4. Conclusions Starting with a simple mathematical model of a thought perfect genome, we demonstrated that even single nucleotide insertion bias alone may result in arbitrarily large RBS. The explosive growth of RBS size at later stage of insertion bias was attributed to the fundamental indel asymmetry that may be generalized to any combinations of indel sizes and probabilities. In consistent with our model, persistent deletion bias were observed in many indel analyses. Tails of predicted RBS length distributions from this model qualitatively agree with length distribution of observed genomes, suggesting that various significant fractions of large genomes are possibly RBS at the time of integration into a genome. Insertion bias thus provides a complementary explanation of the long-standing “C-value enigma” besides the well accepted selfish DNA. The exponential growth of RBS caused by fundamental indel asymmetry implies that effective insertion bias can not last for long period on geological time scales, and consequently accompanying explosive expansions of RBS (and harboring genomes) may only occur sporadically.
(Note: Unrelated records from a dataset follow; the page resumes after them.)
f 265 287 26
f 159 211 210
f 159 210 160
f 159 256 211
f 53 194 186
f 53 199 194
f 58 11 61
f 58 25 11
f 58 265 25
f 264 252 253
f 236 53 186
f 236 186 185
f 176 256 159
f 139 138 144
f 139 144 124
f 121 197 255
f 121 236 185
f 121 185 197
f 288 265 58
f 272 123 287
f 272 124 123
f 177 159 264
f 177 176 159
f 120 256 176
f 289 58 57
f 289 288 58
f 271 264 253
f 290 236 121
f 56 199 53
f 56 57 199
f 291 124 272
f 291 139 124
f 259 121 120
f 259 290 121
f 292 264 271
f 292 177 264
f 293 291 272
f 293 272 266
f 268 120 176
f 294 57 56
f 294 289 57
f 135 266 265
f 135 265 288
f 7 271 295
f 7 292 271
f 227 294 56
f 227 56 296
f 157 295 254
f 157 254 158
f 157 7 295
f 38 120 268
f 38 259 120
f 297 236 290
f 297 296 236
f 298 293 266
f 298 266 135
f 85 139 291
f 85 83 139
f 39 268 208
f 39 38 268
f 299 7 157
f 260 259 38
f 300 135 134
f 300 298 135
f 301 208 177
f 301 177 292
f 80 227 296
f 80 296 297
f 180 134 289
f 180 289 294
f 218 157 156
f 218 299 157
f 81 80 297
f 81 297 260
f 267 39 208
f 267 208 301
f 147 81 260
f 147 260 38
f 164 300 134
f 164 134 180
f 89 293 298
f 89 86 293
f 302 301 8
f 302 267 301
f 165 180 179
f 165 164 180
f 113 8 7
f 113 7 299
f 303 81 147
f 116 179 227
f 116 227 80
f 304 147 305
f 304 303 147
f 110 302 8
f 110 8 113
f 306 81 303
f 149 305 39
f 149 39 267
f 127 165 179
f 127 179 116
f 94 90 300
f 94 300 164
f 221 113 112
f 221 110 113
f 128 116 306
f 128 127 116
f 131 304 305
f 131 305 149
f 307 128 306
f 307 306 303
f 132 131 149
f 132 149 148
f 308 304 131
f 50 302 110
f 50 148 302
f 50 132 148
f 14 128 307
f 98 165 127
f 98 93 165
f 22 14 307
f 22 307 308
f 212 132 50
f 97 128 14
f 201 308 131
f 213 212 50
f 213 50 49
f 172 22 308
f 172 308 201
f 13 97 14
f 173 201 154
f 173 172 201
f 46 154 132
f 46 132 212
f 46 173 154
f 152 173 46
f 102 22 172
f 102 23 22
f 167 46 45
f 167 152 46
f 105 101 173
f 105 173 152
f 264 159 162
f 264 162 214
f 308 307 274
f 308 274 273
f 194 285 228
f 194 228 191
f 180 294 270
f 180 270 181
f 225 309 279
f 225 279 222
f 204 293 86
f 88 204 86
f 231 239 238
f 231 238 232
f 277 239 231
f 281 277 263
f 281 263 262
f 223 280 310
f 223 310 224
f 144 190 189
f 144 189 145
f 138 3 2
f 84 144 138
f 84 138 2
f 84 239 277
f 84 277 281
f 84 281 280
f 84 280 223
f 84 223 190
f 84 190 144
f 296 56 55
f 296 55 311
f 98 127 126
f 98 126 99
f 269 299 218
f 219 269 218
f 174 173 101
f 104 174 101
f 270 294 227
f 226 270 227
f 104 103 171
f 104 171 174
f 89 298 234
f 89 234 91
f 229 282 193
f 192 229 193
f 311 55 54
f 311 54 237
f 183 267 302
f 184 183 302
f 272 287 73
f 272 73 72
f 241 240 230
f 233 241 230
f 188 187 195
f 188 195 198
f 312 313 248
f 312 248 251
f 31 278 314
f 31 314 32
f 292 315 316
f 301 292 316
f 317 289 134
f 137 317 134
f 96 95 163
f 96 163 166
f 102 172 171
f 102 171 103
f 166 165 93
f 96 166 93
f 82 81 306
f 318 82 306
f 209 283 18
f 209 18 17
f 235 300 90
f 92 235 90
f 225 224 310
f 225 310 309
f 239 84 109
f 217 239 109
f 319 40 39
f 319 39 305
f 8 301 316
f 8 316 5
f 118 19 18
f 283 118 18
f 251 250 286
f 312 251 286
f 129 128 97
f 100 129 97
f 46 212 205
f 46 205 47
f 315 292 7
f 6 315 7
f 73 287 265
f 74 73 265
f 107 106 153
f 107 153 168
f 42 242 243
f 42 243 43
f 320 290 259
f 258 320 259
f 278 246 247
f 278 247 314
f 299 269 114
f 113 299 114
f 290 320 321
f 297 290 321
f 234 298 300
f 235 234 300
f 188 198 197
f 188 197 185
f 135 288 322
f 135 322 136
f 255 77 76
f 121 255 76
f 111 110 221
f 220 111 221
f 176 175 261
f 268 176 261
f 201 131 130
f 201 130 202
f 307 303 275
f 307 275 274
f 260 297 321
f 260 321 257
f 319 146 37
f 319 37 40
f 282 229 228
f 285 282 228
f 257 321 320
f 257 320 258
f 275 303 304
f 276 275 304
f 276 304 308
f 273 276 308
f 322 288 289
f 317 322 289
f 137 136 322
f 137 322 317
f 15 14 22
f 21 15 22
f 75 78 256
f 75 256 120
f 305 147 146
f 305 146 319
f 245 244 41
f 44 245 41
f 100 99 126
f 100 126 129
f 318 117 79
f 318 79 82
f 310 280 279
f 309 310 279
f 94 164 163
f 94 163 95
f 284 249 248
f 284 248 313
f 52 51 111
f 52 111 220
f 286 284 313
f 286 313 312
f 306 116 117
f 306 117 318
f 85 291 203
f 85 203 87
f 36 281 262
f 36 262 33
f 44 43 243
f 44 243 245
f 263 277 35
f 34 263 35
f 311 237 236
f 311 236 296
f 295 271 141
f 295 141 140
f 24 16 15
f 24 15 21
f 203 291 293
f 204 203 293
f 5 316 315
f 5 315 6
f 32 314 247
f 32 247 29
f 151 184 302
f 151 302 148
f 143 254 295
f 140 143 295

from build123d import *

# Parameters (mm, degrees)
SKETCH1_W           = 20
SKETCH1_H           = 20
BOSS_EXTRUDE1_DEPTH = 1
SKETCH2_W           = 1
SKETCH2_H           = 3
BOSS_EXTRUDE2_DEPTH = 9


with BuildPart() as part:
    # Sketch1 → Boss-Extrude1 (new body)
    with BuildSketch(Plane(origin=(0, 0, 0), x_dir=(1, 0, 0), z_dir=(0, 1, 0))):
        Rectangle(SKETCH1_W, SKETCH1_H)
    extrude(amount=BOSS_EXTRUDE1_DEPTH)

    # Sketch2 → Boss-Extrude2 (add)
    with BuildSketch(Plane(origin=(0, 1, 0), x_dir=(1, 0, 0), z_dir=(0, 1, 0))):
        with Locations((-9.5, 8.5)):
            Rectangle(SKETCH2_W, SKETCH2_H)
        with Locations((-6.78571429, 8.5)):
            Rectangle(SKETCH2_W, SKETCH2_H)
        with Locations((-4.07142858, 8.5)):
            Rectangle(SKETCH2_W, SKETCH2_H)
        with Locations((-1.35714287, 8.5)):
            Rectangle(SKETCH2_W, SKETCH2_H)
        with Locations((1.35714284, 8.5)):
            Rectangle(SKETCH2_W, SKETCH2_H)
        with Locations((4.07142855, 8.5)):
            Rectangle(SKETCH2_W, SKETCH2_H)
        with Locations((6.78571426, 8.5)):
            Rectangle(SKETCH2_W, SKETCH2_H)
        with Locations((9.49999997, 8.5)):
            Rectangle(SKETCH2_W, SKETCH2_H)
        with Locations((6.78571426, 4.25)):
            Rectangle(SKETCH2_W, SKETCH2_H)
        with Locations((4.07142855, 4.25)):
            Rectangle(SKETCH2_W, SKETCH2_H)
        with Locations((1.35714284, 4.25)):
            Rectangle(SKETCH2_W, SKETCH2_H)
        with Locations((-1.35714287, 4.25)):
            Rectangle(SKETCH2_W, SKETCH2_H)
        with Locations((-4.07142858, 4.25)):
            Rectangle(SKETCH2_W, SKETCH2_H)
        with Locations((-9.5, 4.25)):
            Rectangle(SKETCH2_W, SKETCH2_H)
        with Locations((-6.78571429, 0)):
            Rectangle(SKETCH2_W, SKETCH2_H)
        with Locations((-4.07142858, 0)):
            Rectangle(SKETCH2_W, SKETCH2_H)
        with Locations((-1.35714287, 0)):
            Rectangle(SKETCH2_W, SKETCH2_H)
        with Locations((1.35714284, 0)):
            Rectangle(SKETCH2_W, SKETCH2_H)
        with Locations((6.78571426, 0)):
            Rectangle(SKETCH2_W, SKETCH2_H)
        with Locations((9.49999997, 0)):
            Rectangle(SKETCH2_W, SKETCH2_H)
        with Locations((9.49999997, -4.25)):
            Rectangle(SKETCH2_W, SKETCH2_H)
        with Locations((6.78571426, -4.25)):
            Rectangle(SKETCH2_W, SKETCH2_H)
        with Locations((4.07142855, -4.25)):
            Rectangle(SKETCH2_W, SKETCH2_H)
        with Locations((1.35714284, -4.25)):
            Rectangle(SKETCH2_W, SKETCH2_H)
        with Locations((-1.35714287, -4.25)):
Based on this model, we predict that molecular mechanisms that generated any large genomes through effective insertion bias are highly likely to have been removed. Therefore, the most viable ways of investigating molecular mechanism of insertion bias is to develop hypotheses and validate them in synthetic biological systems instead of carefully looking into surviving large genomes for possible clues. Our model also provides a theoretical explanation for the observed proportion model of evolution.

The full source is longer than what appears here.